Le ministre délégué auprès du ministre de l’Agriculture, du Développement rural et des Productions vivrières, chargé des Productions vivrières, Bernard Comoé Kini, multiplie les actions en faveur de la promotion des produits locaux. Le mercredi 10 juin 2026, il a effectué une visite dans plusieurs pâtisseries, restaurants et centres de formation spécialisés en boulangerie et pâtisserie dans les communes de Cocody et de Marcory afin d’évaluer le niveau d’intégration des farines locales dans la fabrication des produits de boulangerie.

Cette tournée a permis au membre du gouvernement de constater l’utilisation progressive de farines issues du manioc, du mil, du sorgho, du maïs ou encore du taro dans la confection du pain, des croissants, des viennoiseries et de divers produits pâtissiers. Une évolution qu’il considère comme un levier important pour renforcer la valorisation des productions vivrières nationales et réduire la dépendance du pays aux importations de farine de blé.
Au cours des échanges avec les professionnels du secteur, Hussein Tall, responsable de l’équipe nationale de boulangerie, a présenté les efforts entrepris depuis plusieurs années pour promouvoir l’utilisation des matières premières locales dans les boulangeries ivoiriennes.
« Depuis plusieurs années, nous travaillons à mettre en avant les farines locales comme la farine de manioc, de taro, de sorgho ou encore de maïs. Aujourd’hui, avec l’accompagnement du ministre, nous voulons aller encore plus loin et développer davantage de recettes à base de ces produits », a-t-il indiqué.

Selon lui, les produits fabriqués à partir de ces farines rencontrent déjà un accueil favorable auprès des consommateurs. « Nous commercialisons déjà ces produits et cela fonctionne très bien. Le marché existe. Il faut maintenant développer davantage l’offre et encourager la production », a-t-il souligné.
Le principal défi reste toutefois la disponibilité des matières premières en quantité suffisante. Hussein Tall a reconnu que les acteurs du secteur rencontrent parfois des difficultés d’approvisionnement en farines locales, même si les perspectives demeurent encourageantes.
Le responsable de l’équipe nationale de boulangerie a également mis en avant les performances de la Côte d’Ivoire sur la scène internationale. Il a rappelé que le pays a remporté une Coupe d’Afrique de boulangerie, obtenu plusieurs places sur le podium continental et participé à la Coupe du monde de boulangerie organisée en France en 2022, où la délégation ivoirienne a terminé à la sixième place.

Pour Bernard Comoé Kini, ces artisans constituent de véritables ambassadeurs du savoir-faire ivoirien. Le ministre s’est dit particulièrement satisfait de constater que les produits réalisés à base de farines locales sont aujourd’hui appréciés par les consommateurs.
« Lorsqu’on consomme ces produits, il est parfois difficile de faire la différence avec ceux fabriqués à base de farine importée. Mieux encore, les consommateurs les apprécient », a-t-il déclaré.
Le ministre a également salué le rôle des écoles de formation qui participent au renforcement des compétences dans les métiers de la boulangerie et de la pâtisserie. Selon lui, cette dynamique favorise l’insertion professionnelle des jeunes et offre de nouvelles opportunités économiques aux femmes.

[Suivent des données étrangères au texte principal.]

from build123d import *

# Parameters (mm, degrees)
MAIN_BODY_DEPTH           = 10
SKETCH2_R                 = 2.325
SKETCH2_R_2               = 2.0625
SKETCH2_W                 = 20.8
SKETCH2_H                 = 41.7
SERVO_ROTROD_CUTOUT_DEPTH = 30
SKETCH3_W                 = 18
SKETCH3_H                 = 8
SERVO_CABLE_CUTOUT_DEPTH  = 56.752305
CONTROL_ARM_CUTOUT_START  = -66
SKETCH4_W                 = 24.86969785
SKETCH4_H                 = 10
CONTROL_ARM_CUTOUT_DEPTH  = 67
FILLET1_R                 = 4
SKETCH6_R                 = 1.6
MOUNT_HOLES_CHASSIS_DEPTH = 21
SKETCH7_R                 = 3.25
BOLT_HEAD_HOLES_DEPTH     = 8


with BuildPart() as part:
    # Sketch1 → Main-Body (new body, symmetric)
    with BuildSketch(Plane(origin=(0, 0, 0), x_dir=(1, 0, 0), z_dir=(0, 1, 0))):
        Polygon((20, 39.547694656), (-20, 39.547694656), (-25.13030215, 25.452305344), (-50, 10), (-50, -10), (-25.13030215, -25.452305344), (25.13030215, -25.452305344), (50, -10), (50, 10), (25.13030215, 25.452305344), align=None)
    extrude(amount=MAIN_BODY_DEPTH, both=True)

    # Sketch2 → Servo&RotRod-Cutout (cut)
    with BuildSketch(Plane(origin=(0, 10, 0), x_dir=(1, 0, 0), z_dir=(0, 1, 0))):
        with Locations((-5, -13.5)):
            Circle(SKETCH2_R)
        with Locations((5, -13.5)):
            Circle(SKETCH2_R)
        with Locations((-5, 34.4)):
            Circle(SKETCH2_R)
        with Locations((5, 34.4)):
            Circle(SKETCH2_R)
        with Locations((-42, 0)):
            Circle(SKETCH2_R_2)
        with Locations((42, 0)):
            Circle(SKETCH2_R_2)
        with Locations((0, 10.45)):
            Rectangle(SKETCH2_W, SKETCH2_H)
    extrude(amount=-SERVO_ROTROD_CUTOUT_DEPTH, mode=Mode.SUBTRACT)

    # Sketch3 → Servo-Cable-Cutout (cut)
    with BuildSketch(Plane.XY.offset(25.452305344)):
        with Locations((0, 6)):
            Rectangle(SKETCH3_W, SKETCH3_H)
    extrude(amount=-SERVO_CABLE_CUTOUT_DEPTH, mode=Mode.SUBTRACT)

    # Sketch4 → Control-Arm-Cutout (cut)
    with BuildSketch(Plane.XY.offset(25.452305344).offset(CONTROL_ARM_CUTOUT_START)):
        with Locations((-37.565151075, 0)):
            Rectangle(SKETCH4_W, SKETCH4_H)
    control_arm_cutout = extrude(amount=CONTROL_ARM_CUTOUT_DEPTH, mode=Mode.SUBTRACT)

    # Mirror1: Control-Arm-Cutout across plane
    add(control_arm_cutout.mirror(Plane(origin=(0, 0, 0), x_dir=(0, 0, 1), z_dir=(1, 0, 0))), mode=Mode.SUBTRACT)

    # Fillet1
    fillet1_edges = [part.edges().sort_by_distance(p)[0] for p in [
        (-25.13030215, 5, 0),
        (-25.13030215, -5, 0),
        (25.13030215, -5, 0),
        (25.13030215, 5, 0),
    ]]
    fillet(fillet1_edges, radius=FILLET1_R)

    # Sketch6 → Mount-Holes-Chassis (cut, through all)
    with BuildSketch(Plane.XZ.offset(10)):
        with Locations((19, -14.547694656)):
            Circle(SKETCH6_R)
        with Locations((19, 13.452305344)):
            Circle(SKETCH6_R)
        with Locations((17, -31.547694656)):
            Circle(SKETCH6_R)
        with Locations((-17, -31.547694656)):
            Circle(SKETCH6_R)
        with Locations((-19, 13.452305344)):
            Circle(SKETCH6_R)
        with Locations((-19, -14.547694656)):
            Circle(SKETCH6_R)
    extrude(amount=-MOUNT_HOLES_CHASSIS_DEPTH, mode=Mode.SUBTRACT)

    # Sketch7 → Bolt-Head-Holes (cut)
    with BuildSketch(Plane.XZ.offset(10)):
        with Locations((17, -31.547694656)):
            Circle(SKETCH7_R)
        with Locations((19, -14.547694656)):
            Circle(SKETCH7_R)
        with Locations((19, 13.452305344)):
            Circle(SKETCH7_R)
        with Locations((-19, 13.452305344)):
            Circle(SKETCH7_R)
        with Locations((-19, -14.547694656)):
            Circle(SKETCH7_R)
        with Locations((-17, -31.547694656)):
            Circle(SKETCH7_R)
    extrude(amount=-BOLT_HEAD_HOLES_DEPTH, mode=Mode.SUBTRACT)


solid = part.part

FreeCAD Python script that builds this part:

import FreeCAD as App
import Part
import Sketcher
from FreeCAD import Vector
Q = App.Units.Quantity


def edges_at(feature, points):
    """Names of the edges that pass closest to the given points."""
    edges = feature.Shape.Edges
    near = lambda p: min(range(len(edges)), key=lambda i: edges[i].distToShape(Part.Vertex(*p))[0])
    return sorted({f"Edge{near(p) + 1}" for p in points})


def add_polygon(sketch, points):
    """Adds a closed chain of lines whose ends are joined by coincident constraints."""
    first, n = sketch.GeometryCount, len(points)
    for a, b in zip(points, points[1:] + points[:1]):
        sketch.addGeometry(Part.LineSegment(App.Vector(*a, 0), App.Vector(*b, 0)), False)
    for i in range(n):
        sketch.addConstraint(Sketcher.Constraint("Coincident", first + i, 2, first + (i + 1) % n, 1))

doc = App.newDocument("Part")
body = doc.addObject("PartDesign::Body", "Body")

# Sketch on XZ plane
sketch1 = body.newObject("Sketcher::SketchObject", "Sketch")
sketch1.AttachmentSupport = (doc.getObject("XZ_Plane"), [""])
sketch1.MapMode = "FlatFace"
add_polygon(sketch1, [(20, -39.547695), (-20, -39.547695), (-25.130302, -25.452305), (-50, -10), (-50, 10), (-25.130302, 25.452305), (25.130302, 25.452305), (50, 10), (50, -10), (25.130302, -25.452305)])  # lines 0-9
sketch1.addConstraint([
    Sketcher.Constraint("Horizontal", 0),
    Sketcher.Constraint("Vertical", 3),
    Sketcher.Constraint("Horizontal", 5),
    Sketcher.Constraint("Vertical", 7),
    Sketcher.Constraint("Symmetric", 1, 2, 5, 2, -1, 1),
    Sketcher.Constraint("Symmetric", 2, 2, 6, 2, -1, 1),
    Sketcher.Constraint("Symmetric", 4, 2, 8, 2, -1, 1),
    Sketcher.Constraint("Parallel", 4, 8),
    Sketcher.Constraint("Horizontal", 3, 2, 6, 2),
    Sketcher.Constraint("Vertical", 1, 2, 4, 2),
    Sketcher.Constraint("Equal", 1, 9),
    Sketcher.Constraint("DistanceX", 0, 2, 0, 1, 40.0),
    Sketcher.Constraint("DistanceY", 3, 1, 3, 2, 20.0),
    Sketcher.Constraint("Angle", 1, Q("110 deg")),
    Sketcher.Constraint("Distance", 1, 15.0),
    Sketcher.Constraint("DistanceX", 2, 2, -1, 1, 50.0),
    Sketcher.Constraint("DistanceY", 0, 2, 4, 2, 65.0),
])
pad1 = body.newObject("PartDesign::Pad", "Pad")
pad1.Profile = sketch1
pad1.Length = 20
pad1.Midplane = True

# Sketch on XZ plane
sketch2 = body.newObject("Sketcher::SketchObject", "Sketch001")
sketch2.AttachmentSupport = (doc.getObject("XZ_Plane"), [""])
sketch2.MapMode = "FlatFace"
sketch2.AttachmentOffset = App.Placement(Vector(0, 0, -10), App.Rotation())
sketch2.addGeometry(Part.Circle(Vector(-5, 13.5, 0), Vector(0, 0, 1), 2.325), False)  # 0
sketch2.addGeometry(Part.Circle(Vector(5, 13.5, 0), Vector(0, 0, 1), 2.325), False)  # 1
sketch2.addGeometry(Part.Circle(Vector(-5, -34.4, 0), Vector(0, 0, 1), 2.325), False)  # 2
sketch2.addGeometry(Part.Circle(Vector(5, -34.4, 0), Vector(0, 0, 1), 2.325), False)  # 3
sketch2.addGeometry(Part.Circle(Vector(-42, 0, 0), Vector(0, 0, 1), 2.0625), False)  # 4
sketch2.addGeometry(Part.Circle(Vector(42, 0, 0), Vector(0, 0, 1), 2.0625), False)  # 5
add_polygon(sketch2, [(-10.4, -31.3), (-10.4, 10.4), (10.4, 10.4), (10.4, -31.3)])  # lines 6-9
sketch2.addConstraint([
    Sketcher.Constraint("Vertical", 6),
    Sketcher.Constraint("Horizontal", 7),
    Sketcher.Constraint("Vertical", 8),
    Sketcher.Constraint("Horizontal", 9),
    Sketcher.Constraint("Equal", 0, 1),
    Sketcher.Constraint("Equal", 1, 2),
    Sketcher.Constraint("Equal", 2, 3),
    Sketcher.Constraint("Equal", 4, 5),
    Sketcher.Constraint("Symmetric", 4, 3, 5, 3, -1, 1),
    Sketcher.Constraint("Symmetric", 0, 3, 1, 3, -2),
    Sketcher.Constraint("Symmetric", 2, 3, 3, 3, -2),
    Sketcher.Constraint("PointOnObject", 4, 3, -1),
    Sketcher.Constraint("Vertical", 0, 3, 2, 3),
    Sketcher.Constraint("Diameter", 0, 4.65),
    Sketcher.Constraint("Diameter", 4, 4.125),
    Sketcher.Constraint("DistanceX", 7, 1, 7, 2, 20.8),
    Sketcher.Constraint("DistanceY", 6, 1, 6, 2, 41.7),
    Sketcher.Constraint("DistanceX", 0, 3, -1, 1, 5.0),
    Sketcher.Constraint("DistanceX", 4, 3, -1, 1, 42.0),
    Sketcher.Constraint("DistanceY", -1, 1, 0, 3, 13.5),
    Sketcher.Constraint("DistanceY", 2, 3, -1, 1, 34.4),
    Sketcher.Constraint("DistanceX", 6, 2, -1, 1, 10.4),
    Sketcher.Constraint("DistanceY", -1, 1, 6, 2, 10.4),
])
pocket1 = body.newObject("PartDesign::Pocket", "Pocket")
pocket1.Profile = sketch2
pocket1.Length = 30
pocket1.Reversed = True

# Sketch on XY plane
sketch3 = body.newObject("Sketcher::SketchObject", "Sketch002")
sketch3.AttachmentSupport = (doc.getObject("XY_Plane"), [""])
sketch3.MapMode = "FlatFace"
sketch3.AttachmentOffset = App.Placement(Vector(0, 0, 25.452305), App.Rotation())
add_polygon(sketch3, [(-9, 10), (-9, 2), (9, 2), (9, 10)])  # lines 0-3
sketch3.addConstraint([
    Sketcher.Constraint("Vertical", 0),
    Sketcher.Constraint("Horizontal", 1),
    Sketcher.Constraint("Vertical", 2),
    Sketcher.Constraint("Horizontal", 3),
    Sketcher.Constraint("DistanceX", 1, 1, 1, 2, 18.0),
    Sketcher.Constraint("DistanceY", 0, 2, 0, 1, 8.0),
    Sketcher.Constraint("DistanceX", 0, 2, -1, 1, 9.0),
    Sketcher.Constraint("DistanceY", -1, 1, 0, 2, 2.0),
])
pocket2 = body.newObject("PartDesign::Pocket", "Pocket001")
pocket2.Profile = sketch3
pocket2.Length = 56.752305

# Sketch on XY plane
sketch4 = body.newObject("Sketcher::SketchObject", "Sketch003")
sketch4.AttachmentSupport = (doc.getObject("XY_Plane"), [""])
sketch4.MapMode = "FlatFace"
sketch4.AttachmentOffset = App.Placement(Vector(0, 0, -40.547695), App.Rotation())
add_polygon(sketch4, [(-50, 5), (-50, -5), (-25.130302, -5), (-25.130302, 5)])  # lines 0-3
sketch4.addConstraint([
    Sketcher.Constraint("Vertical", 0),
    Sketcher.Constraint("Horizontal", 1),
    Sketcher.Constraint("Vertical", 2),
    Sketcher.Constraint("Horizontal", 3),
    Sketcher.Constraint("DistanceY", 0, 2, 0, 1, 10.0),
    Sketcher.Constraint("DistanceX", 0, 2, -1, 1, 50.0),
    Sketcher.Constraint("DistanceY", 0, 2, -1, 1, 5.0),
    Sketcher.Constraint("DistanceX", 1, 1, 1, 2, 24.869698),
])
pocket3 = body.newObject("PartDesign::Pocket", "Pocket002")
pocket3.Profile = sketch4
pocket3.Length = 67
pocket3.Reversed = True
doc.recompute()

mirrored = body.newObject("PartDesign::Mirrored", "Mirrored")
mirrored.Originals = [pocket3]
mirrored.MirrorPlane = (doc.getObject("YZ_Plane"), [""])
body.Tip = mirrored
doc.recompute()

fillet = body.newObject("PartDesign::Fillet", "Fillet")
fillet.Base = (mirrored, edges_at(mirrored, [
    (-25.13, 5, 0),
    (-25.13, -5, 0),
    (25.13, -5, 0),
    (25.13, 5, 0),
]))
fillet.Radius = 4

# Sketch on XZ plane
sketch5 = body.newObject("Sketcher::SketchObject", "Sketch004")
sketch5.AttachmentSupport = (doc.getObject("XZ_Plane"), [""])
sketch5.MapMode = "FlatFace"
sketch5.AttachmentOffset = App.Placement(Vector(0, 0, 10), App.Rotation())
sketch5.addGeometry([
    Part.Circle(Vector(19, -14.547695, 0), Vector(0, 0, 1), 1.6),  # 0
    Part.Circle(Vector(19, 13.452305, 0), Vector(0, 0, 1), 1.6),  # 1
    Part.Circle(Vector(17, -31.547695, 0), Vector(0, 0, 1), 1.6),  # 2
    Part.Circle(Vector(-17, -31.547695, 0), Vector(0, 0, 1), 1.6),  # 3
    Part.Circle(Vector(-19, 13.452305, 0), Vector(0, 0, 1), 1.6),  # 4
    Part.Circle(Vector(-19, -14.547695, 0), Vector(0, 0, 1), 1.6),  # 5
], False)
sketch5.addConstraint([
    Sketcher.Constraint("Equal", 0, 1),
    Sketcher.Constraint("Equal", 1, 2),
    Sketcher.Constraint("Equal", 2, 3),
    Sketcher.Constraint("Equal", 3, 4),
    Sketcher.Constraint("Equal", 4, 5),
    Sketcher.Constraint("Symmetric", 2, 3, 3, 3, -2),
    Sketcher.Constraint("Symmetric", 1, 3, 4, 3, -2),
    Sketcher.Constraint("Symmetric", 0, 3, 5, 3, -2),
    Sketcher.Constraint("Vertical", 0, 3, 1, 3),
    Sketcher.Constraint("Diameter", 0, 3.2),
    Sketcher.Constraint("DistanceX", -1, 1, 0, 3, 19.0),
    Sketcher.Constraint("DistanceX", -1, 1, 2, 3, 17.0),
    Sketcher.Constraint("DistanceY", 0, 3, 1, 3, 28.0),
    Sketcher.Constraint("DistanceY", 2, 3, 0, 3, 17.0),
    Sketcher.Constraint("DistanceY", 0, 3, -1, 1, 14.547695),
])
pocket4 = body.newObject("PartDesign::Pocket", "Pocket003")
pocket4.Profile = sketch5
pocket4.Type = "ThroughAll"

# Sketch on XZ plane
sketch6 = body.newObject("Sketcher::SketchObject", "Sketch005")
sketch6.AttachmentSupport = (doc.getObject("XZ_Plane"), [""])
sketch6.MapMode = "FlatFace"
sketch6.AttachmentOffset = App.Placement(Vector(0, 0, 10), App.Rotation())
sketch6.addGeometry([
    Part.Circle(Vector(17, -31.547695, 0), Vector(0, 0, 1), 3.25),  # 0
    Part.Circle(Vector(19, -14.547695, 0), Vector(0, 0, 1), 3.25),  # 1
    Part.Circle(Vector(19, 13.452305, 0), Vector(0, 0, 1), 3.25),  # 2
    Part.Circle(Vector(-19, 13.452305, 0), Vector(0, 0, 1), 3.25),  # 3
    Part.Circle(Vector(-19, -14.547695, 0), Vector(0, 0, 1), 3.25),  # 4
    Part.Circle(Vector(-17, -31.547695, 0), Vector(0, 0, 1), 3.25),  # 5
], False)
sketch6.addConstraint([
    Sketcher.Constraint("Equal", 0, 1),
    Sketcher.Constraint("Equal", 1, 2),
    Sketcher.Constraint("Equal", 2, 3),
    Sketcher.Constraint("Equal", 3, 4),
    Sketcher.Constraint("Equal", 4, 5),
    Sketcher.Constraint("Symmetric", 2, 3, 3, 3, -2),
    Sketcher.Constraint("Symmetric", 1, 3, 4, 3, -2),
    Sketcher.Constraint("Symmetric", 0, 3, 5, 3, -2),
    Sketcher.Constraint("Vertical", 1, 3, 2, 3),
    Sketcher.Constraint("Diameter", 0, 6.5),
    Sketcher.Constraint("DistanceX", -1, 1, 0, 3, 17.0),
    Sketcher.Constraint("DistanceX", -1, 1, 1, 3, 19.0),
    Sketcher.Constraint("DistanceY", 0, 3, 1, 3, 17.0),
    Sketcher.Constraint("DistanceY", 1, 3, 2, 3, 28.0),
    Sketcher.Constraint("DistanceY", 0, 3, -1, 1, 31.547695),
])
pocket5 = body.newObject("PartDesign::Pocket", "Pocket004")
pocket5.Profile = sketch6
pocket5.Length = 8

doc.recompute()
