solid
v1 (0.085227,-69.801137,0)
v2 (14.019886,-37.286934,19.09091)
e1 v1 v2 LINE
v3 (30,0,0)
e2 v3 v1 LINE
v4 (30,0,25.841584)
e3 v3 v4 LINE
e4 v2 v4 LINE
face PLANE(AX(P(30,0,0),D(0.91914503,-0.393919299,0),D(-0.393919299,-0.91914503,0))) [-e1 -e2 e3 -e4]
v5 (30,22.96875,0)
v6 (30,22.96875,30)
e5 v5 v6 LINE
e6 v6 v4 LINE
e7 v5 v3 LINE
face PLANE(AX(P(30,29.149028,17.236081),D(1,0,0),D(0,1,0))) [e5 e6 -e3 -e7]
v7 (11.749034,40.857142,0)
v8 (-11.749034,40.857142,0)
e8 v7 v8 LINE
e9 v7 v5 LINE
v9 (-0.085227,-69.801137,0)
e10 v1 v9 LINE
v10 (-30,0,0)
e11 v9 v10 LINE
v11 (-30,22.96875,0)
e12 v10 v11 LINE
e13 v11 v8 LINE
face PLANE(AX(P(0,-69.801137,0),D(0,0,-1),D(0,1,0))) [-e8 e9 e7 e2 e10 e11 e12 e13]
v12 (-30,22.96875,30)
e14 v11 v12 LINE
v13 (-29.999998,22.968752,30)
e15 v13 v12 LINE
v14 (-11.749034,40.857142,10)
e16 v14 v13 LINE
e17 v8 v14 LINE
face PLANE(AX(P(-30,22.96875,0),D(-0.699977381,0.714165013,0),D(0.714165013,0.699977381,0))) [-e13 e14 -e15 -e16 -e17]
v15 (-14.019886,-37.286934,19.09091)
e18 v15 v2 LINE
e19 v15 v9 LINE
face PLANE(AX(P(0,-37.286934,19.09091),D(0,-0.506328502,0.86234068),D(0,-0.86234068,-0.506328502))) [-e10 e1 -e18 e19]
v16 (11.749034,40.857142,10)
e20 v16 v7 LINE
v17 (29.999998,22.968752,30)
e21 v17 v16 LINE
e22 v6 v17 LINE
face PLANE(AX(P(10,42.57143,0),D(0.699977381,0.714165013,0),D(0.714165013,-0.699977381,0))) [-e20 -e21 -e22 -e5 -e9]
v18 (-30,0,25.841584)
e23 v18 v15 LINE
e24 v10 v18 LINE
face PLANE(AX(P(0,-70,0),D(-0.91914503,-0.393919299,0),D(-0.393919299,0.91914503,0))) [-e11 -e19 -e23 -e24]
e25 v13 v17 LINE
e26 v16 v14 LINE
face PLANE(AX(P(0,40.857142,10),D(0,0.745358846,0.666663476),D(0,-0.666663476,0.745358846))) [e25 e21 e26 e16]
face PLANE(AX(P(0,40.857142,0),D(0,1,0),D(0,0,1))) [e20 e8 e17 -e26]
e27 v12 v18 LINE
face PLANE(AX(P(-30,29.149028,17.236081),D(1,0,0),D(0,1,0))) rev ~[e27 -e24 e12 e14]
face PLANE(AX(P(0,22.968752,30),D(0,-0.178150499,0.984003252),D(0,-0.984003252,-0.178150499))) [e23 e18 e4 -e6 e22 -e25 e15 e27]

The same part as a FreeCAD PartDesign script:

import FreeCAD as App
import Part
import Sketcher
from FreeCAD import Vector
Q = App.Units.Quantity


def add_polygon(sketch, points):
    """Adds a closed chain of lines whose ends are joined by coincident constraints."""
    first, n = sketch.GeometryCount, len(points)
    for a, b in zip(points, points[1:] + points[:1]):
        sketch.addGeometry(Part.LineSegment(App.Vector(*a, 0), App.Vector(*b, 0)), False)
    for i in range(n):
        sketch.addConstraint(Sketcher.Constraint("Coincident", first + i, 2, first + (i + 1) % n, 1))

doc = App.newDocument("Part")
params = doc.addObject("Spreadsheet::Sheet", "Params")
for row, (alias, value) in enumerate([
    ("sketch1_height", "10 mm"),
    ("pad1_length", "30 mm"),
    ("pad1_length2", "30 mm"),
    ("sketch2_width", "20 mm"),
    ("pocket1_length", "40 mm"),
], start=1):
    params.set(f"A{row}", alias)
    params.set(f"B{row}", "=" + value)
    params.setAlias(f"B{row}", alias)

body = doc.addObject("PartDesign::Body", "Body")

sketch1 = doc.addObject("Sketcher::SketchObject", "Sketch")
body.addObject(sketch1)
sketch1.AttachmentSupport = (doc.YZ_Plane, [""])
sketch1.MapMode = "FlatFace"
add_polygon(sketch1, [(40.857142, 10), (22.968752, 30), (-37.286934, 19.09091), (-69.801137, 0), (40.857142, 0)])
sketch1.addConstraint(Sketcher.Constraint("Horizontal", 3))
sketch1.addConstraint(Sketcher.Constraint("Vertical", 4))
sketch1.addConstraint(Sketcher.Constraint("PointOnObject", 2, 2, -1))
sketch1.addConstraint(Sketcher.Constraint("DistanceY", 4, 1, 4, 2, Q("10 mm")))
sketch1.addConstraint(Sketcher.Constraint("DistanceY", -1, 1, 0, 2, Q("30 mm")))
sketch1.addConstraint(Sketcher.Constraint("DistanceX", 3, 1, 3, 2, Q("110.658279 mm")))
sketch1.addConstraint(Sketcher.Constraint("Distance", 1, Q("61.235251 mm")))
sketch1.addConstraint(Sketcher.Constraint("Distance", 2, Q("37.704592 mm")))
sketch1.addConstraint(Sketcher.Constraint("DistanceY", -1, 1, 1, 2, Q("19.09091 mm")))
sketch1.addConstraint(Sketcher.Constraint("DistanceX", -1, 1, 0, 2, Q("22.968752 mm")))
sketch1.setExpression("Constraints[8]", "Params.sketch1_height")
pad1 = doc.addObject("PartDesign::Pad", "Pad")
body.addObject(pad1)
pad1.Profile = sketch1
pad1.Type = "TwoLengths"
pad1.setExpression("Length", "Params.pad1_length")
pad1.setExpression("Length2", "Params.pad1_length2")

sketch2 = doc.addObject("Sketcher::SketchObject", "Sketch001")
body.addObject(sketch2)
sketch2.AttachmentSupport = (doc.XY_Plane, [""])
sketch2.MapMode = "FlatFace"
add_polygon(sketch2, [(-62.725201, 67.305125), (-62.725201, -77.386059), (66.241086, -77.386059), (66.241086, 67.305125)])
add_polygon(sketch2, [(-30, 22.96875), (-10, 42.57143), (10, 42.57143), (30, 22.96875), (30, 0), (0, -70), (-30, 0)])
sketch2.addConstraint(Sketcher.Constraint("Vertical", 0))
sketch2.addConstraint(Sketcher.Constraint("Horizontal", 1))
sketch2.addConstraint(Sketcher.Constraint("Vertical", 2))
sketch2.addConstraint(Sketcher.Constraint("Horizontal", 3))
sketch2.addConstraint(Sketcher.Constraint("Horizontal", 5))
sketch2.addConstraint(Sketcher.Constraint("Vertical", 7))
sketch2.addConstraint(Sketcher.Constraint("Vertical", 10))
sketch2.addConstraint(Sketcher.Constraint("Symmetric", 7, 2, 9, 2, -1, 1))
sketch2.addConstraint(Sketcher.Constraint("PointOnObject", 7, 2, -1))
sketch2.addConstraint(Sketcher.Constraint("PointOnObject", 8, 2, -2))
sketch2.addConstraint(Sketcher.Constraint("Horizontal", 6, 2, 10, 2))
sketch2.addConstraint(Sketcher.Constraint("Equal", 4, 6))
sketch2.addConstraint(Sketcher.Constraint("DistanceX", 5, 1, 5, 2, Q("20 mm")))
sketch2.addConstraint(Sketcher.Constraint("DistanceX", -1, 1, 6, 2, Q("30 mm")))
sketch2.addConstraint(Sketcher.Constraint("DistanceY", 8, 2, -1, 1, Q("70 mm")))
sketch2.addConstraint(Sketcher.Constraint("DistanceY", 7, 2, 7, 1, Q("22.96875 mm")))
sketch2.addConstraint(Sketcher.Constraint("DistanceX", 0, 2, -1, 1, Q("62.725201 mm")))
sketch2.addConstraint(Sketcher.Constraint("DistanceX", 1, 1, 1, 2, Q("128.966287 mm")))
sketch2.addConstraint(Sketcher.Constraint("DistanceY", 0, 2, 0, 1, Q("144.691184 mm")))
sketch2.addConstraint(Sketcher.Constraint("DistanceY", 0, 2, -1, 1, Q("77.386059 mm")))
sketch2.addConstraint(Sketcher.Constraint("DistanceY", -1, 1, 4, 2, Q("42.57143 mm")))
sketch2.setExpression("Constraints[23]", "Params.sketch2_width")
pocket1 = doc.addObject("PartDesign::Pocket", "Pocket")
body.addObject(pocket1)
pocket1.Profile = sketch2
pocket1.setExpression("Length", "Params.pocket1_length")
pocket1.Reversed = True

doc.recompute()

Abordant la question du coût encore élevé de certains produits fabriqués à base de farines locales, Bernard Comoé Kini a expliqué que ceux-ci restent pour l’instant positionnés sur un segment haut de gamme, notamment en raison de leur caractère sans gluten et des faibles volumes de production.
« Lorsque nous passerons à une production industrielle avec des volumes plus importants, les prix vont considérablement baisser », a-t-il assuré.
À travers cette initiative, le gouvernement entend accroître la disponibilité des matières premières locales, soutenir la transformation agroalimentaire et encourager davantage la consommation des produits issus de l’agriculture ivoirienne. Une orientation qui s’inscrit pleinement dans la stratégie nationale de promotion du « consommer local » et de création de valeur ajoutée au sein des filières vivrières.